*** Begin section ***

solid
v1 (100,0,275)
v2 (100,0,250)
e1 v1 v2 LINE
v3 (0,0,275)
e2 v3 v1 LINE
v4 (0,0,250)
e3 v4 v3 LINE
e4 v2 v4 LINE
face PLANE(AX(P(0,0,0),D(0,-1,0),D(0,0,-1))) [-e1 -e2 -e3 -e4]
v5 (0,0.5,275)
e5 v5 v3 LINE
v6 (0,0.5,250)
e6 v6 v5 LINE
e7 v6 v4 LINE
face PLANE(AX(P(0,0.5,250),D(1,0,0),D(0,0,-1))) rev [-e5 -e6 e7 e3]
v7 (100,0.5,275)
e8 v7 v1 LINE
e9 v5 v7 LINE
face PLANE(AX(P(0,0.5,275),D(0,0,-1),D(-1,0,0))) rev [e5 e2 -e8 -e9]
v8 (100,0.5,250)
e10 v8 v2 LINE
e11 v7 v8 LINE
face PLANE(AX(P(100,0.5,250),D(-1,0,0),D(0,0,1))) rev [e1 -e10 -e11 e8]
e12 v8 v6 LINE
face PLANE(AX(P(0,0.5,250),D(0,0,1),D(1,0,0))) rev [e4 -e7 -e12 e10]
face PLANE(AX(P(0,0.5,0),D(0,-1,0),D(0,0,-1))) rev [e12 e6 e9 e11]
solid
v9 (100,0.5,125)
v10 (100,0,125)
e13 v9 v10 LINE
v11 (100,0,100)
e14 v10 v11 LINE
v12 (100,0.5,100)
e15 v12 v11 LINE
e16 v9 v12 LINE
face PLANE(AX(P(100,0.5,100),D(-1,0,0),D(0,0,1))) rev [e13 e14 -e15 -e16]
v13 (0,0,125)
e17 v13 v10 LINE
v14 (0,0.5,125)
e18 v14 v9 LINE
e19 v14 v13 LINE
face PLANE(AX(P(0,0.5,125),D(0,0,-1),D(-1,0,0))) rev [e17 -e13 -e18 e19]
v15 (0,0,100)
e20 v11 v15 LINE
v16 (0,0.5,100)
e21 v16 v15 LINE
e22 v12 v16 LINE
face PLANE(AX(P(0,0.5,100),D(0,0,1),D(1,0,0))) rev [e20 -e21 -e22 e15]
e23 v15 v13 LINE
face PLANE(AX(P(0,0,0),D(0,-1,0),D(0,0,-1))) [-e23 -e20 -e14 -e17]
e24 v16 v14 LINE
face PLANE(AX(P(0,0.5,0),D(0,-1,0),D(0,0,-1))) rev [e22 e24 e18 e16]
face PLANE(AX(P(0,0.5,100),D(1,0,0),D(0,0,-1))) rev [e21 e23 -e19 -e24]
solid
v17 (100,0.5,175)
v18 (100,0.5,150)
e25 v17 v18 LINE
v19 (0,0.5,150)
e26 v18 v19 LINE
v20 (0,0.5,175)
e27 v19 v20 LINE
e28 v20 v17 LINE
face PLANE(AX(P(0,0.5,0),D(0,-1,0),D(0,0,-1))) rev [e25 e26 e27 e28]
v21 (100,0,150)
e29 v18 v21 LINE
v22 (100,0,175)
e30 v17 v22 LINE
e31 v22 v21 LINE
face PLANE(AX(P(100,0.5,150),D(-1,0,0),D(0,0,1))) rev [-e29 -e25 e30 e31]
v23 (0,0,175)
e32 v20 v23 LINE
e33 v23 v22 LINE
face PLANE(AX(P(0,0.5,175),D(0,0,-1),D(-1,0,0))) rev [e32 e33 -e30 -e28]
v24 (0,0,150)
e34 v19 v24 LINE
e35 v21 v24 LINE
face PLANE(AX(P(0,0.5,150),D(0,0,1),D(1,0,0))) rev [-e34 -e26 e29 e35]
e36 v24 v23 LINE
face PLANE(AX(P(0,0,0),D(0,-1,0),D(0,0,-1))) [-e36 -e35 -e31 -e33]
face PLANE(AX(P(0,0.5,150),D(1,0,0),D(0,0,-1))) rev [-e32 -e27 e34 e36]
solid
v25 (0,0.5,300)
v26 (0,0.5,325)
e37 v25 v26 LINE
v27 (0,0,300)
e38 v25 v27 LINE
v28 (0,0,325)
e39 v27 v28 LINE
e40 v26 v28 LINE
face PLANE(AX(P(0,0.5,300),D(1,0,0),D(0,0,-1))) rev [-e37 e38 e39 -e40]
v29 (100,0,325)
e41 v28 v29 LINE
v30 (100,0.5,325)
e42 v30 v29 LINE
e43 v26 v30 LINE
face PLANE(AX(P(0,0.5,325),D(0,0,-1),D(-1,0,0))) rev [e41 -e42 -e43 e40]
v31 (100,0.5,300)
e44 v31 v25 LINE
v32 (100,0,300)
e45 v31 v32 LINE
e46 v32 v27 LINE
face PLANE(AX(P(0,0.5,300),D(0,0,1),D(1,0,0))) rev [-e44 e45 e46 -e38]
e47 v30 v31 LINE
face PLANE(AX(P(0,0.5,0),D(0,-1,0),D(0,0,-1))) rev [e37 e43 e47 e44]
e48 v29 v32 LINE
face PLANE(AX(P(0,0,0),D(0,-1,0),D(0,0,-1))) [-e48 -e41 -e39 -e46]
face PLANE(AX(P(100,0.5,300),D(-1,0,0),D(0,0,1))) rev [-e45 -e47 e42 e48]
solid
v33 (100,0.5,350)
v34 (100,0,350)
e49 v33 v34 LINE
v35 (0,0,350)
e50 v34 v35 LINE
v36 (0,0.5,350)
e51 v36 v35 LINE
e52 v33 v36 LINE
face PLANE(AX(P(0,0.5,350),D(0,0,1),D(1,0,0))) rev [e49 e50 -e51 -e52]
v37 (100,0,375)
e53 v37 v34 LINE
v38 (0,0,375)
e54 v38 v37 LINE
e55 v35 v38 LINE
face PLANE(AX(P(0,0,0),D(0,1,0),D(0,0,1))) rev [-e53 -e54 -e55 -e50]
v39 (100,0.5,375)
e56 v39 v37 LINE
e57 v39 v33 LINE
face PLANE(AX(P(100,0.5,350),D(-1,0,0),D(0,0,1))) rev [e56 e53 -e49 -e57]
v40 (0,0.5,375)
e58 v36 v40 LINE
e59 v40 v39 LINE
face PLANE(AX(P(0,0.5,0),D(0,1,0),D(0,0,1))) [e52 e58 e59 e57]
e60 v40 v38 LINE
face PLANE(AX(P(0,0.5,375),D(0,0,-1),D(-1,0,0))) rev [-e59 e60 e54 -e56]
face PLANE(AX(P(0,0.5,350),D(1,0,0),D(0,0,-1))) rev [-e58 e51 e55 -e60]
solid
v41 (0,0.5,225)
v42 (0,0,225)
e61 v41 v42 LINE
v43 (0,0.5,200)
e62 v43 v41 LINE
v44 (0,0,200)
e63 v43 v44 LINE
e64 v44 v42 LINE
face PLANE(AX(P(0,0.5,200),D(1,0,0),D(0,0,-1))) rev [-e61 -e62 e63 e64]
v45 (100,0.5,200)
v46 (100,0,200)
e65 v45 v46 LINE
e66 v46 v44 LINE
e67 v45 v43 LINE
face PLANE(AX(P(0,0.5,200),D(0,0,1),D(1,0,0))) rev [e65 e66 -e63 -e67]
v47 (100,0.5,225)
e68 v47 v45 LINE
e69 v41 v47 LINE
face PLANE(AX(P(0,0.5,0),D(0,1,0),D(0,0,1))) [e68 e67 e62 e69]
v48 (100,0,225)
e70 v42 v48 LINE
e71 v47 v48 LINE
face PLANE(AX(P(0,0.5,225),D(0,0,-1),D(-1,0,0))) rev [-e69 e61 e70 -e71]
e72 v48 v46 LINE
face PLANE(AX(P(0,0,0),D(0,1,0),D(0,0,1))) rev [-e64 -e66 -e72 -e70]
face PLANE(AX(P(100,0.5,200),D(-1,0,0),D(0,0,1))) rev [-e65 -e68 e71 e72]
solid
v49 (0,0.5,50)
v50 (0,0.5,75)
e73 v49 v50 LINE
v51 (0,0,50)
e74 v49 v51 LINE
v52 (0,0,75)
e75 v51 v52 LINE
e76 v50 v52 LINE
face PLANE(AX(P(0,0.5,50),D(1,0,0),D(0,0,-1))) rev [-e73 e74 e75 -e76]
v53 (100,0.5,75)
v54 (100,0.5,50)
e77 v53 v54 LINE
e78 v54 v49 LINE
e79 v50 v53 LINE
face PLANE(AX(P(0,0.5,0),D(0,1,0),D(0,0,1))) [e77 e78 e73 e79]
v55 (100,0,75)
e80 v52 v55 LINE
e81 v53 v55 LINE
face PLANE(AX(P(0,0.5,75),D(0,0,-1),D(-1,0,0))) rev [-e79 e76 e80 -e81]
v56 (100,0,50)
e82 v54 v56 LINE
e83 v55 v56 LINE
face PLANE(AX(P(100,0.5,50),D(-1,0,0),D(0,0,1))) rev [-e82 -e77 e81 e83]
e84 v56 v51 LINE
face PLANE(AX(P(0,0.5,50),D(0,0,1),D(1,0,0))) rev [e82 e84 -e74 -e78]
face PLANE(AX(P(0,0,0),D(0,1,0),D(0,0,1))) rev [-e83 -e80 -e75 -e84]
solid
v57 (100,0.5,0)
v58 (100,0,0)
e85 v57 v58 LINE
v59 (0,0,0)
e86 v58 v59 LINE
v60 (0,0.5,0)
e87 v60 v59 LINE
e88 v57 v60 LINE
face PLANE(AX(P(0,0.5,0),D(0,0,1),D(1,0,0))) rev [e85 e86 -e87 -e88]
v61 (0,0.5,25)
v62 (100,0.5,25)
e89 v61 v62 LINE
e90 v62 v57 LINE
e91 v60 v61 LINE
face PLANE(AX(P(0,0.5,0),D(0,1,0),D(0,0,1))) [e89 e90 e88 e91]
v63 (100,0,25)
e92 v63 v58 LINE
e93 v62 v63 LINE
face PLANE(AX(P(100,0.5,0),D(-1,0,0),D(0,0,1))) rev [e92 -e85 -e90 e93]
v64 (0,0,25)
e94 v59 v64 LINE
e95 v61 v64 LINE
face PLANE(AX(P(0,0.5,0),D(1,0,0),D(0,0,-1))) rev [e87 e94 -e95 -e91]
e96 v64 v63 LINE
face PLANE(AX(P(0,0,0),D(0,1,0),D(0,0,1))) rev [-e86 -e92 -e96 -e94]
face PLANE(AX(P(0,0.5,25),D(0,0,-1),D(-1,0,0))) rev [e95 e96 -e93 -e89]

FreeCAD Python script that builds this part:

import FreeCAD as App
import Part
import Sketcher

doc = App.newDocument("Part")
body = doc.addObject("PartDesign::Body", "Body")

# Sketch on XZ plane
sketch1 = body.newObject("Sketcher::SketchObject", "Sketch")
sketch1.AttachmentSupport = (doc.getObject("XZ_Plane"), [""])
sketch1.MapMode = "FlatFace"
sketch1.addGeometry(Part.LineSegment(App.Vector(0, 50, 0), App.Vector(0, 75, 0)), False)
sketch1.addGeometry(Part.LineSegment(App.Vector(0, 75, 0), App.Vector(100, 75, 0)), False)
sketch1.addGeometry(Part.LineSegment(App.Vector(100, 75, 0), App.Vector(100, 50, 0)), False)
sketch1.addGeometry(Part.LineSegment(App.Vector(100, 50, 0), App.Vector(0, 50, 0)), False)
sketch1.addConstraint(Sketcher.Constraint("Coincident", 0, 2, 1, 1))
sketch1.addConstraint(Sketcher.Constraint("Coincident", 1, 2, 2, 1))
sketch1.addConstraint(Sketcher.Constraint("Coincident", 2, 2, 3, 1))
sketch1.addConstraint(Sketcher.Constraint("Coincident", 3, 2, 0, 1))
sketch1.addConstraint(Sketcher.Constraint("Vertical", 0))
sketch1.addConstraint(Sketcher.Constraint("Horizontal", 1))
sketch1.addConstraint(Sketcher.Constraint("Vertical", 2))
sketch1.addConstraint(Sketcher.Constraint("Horizontal", 3))
sketch1.addConstraint(Sketcher.Constraint("PointOnObject", 0, 2, -2))
sketch1.addConstraint(Sketcher.Constraint("DistanceX", 1, 1, 1, 2, 100.0))
sketch1.addConstraint(Sketcher.Constraint("DistanceY", 0, 1, 0, 2, 25.0))
sketch1.addConstraint(Sketcher.Constraint("DistanceY", -1, 1, 0, 2, 75.0))
pad1 = body.newObject("PartDesign::Pad", "Pad")
pad1.Profile = sketch1
pad1.Length = 0.5
pad1.Reversed = True
body2 = doc.addObject("PartDesign::Body", "Body001")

*** End section ***

:: Task to carry out ::
Repeat, word for word, the lines above between the line holding "face PLANE(AX(P(0,0.5,0),D(0,1,0),D(0,0,1))) [e89" and the line holding "FreeCAD Python script", inclusive; omit everything else.

:: Solution ::
face PLANE(AX(P(0,0.5,0),D(0,1,0),D(0,0,1))) [e89 e90 e88 e91]
v63 (100,0,25)
e92 v63 v58 LINE
e93 v62 v63 LINE
face PLANE(AX(P(100,0.5,0),D(-1,0,0),D(0,0,1))) rev [e92 -e85 -e90 e93]
v64 (0,0,25)
e94 v59 v64 LINE
e95 v61 v64 LINE
face PLANE(AX(P(0,0.5,0),D(1,0,0),D(0,0,-1))) rev [e87 e94 -e95 -e91]
e96 v64 v63 LINE
face PLANE(AX(P(0,0,0),D(0,1,0),D(0,0,1))) rev [-e86 -e92 -e96 -e94]
face PLANE(AX(P(0,0.5,25),D(0,0,-1),D(-1,0,0))) rev [e95 e96 -e93 -e89]

FreeCAD Python script that builds this part:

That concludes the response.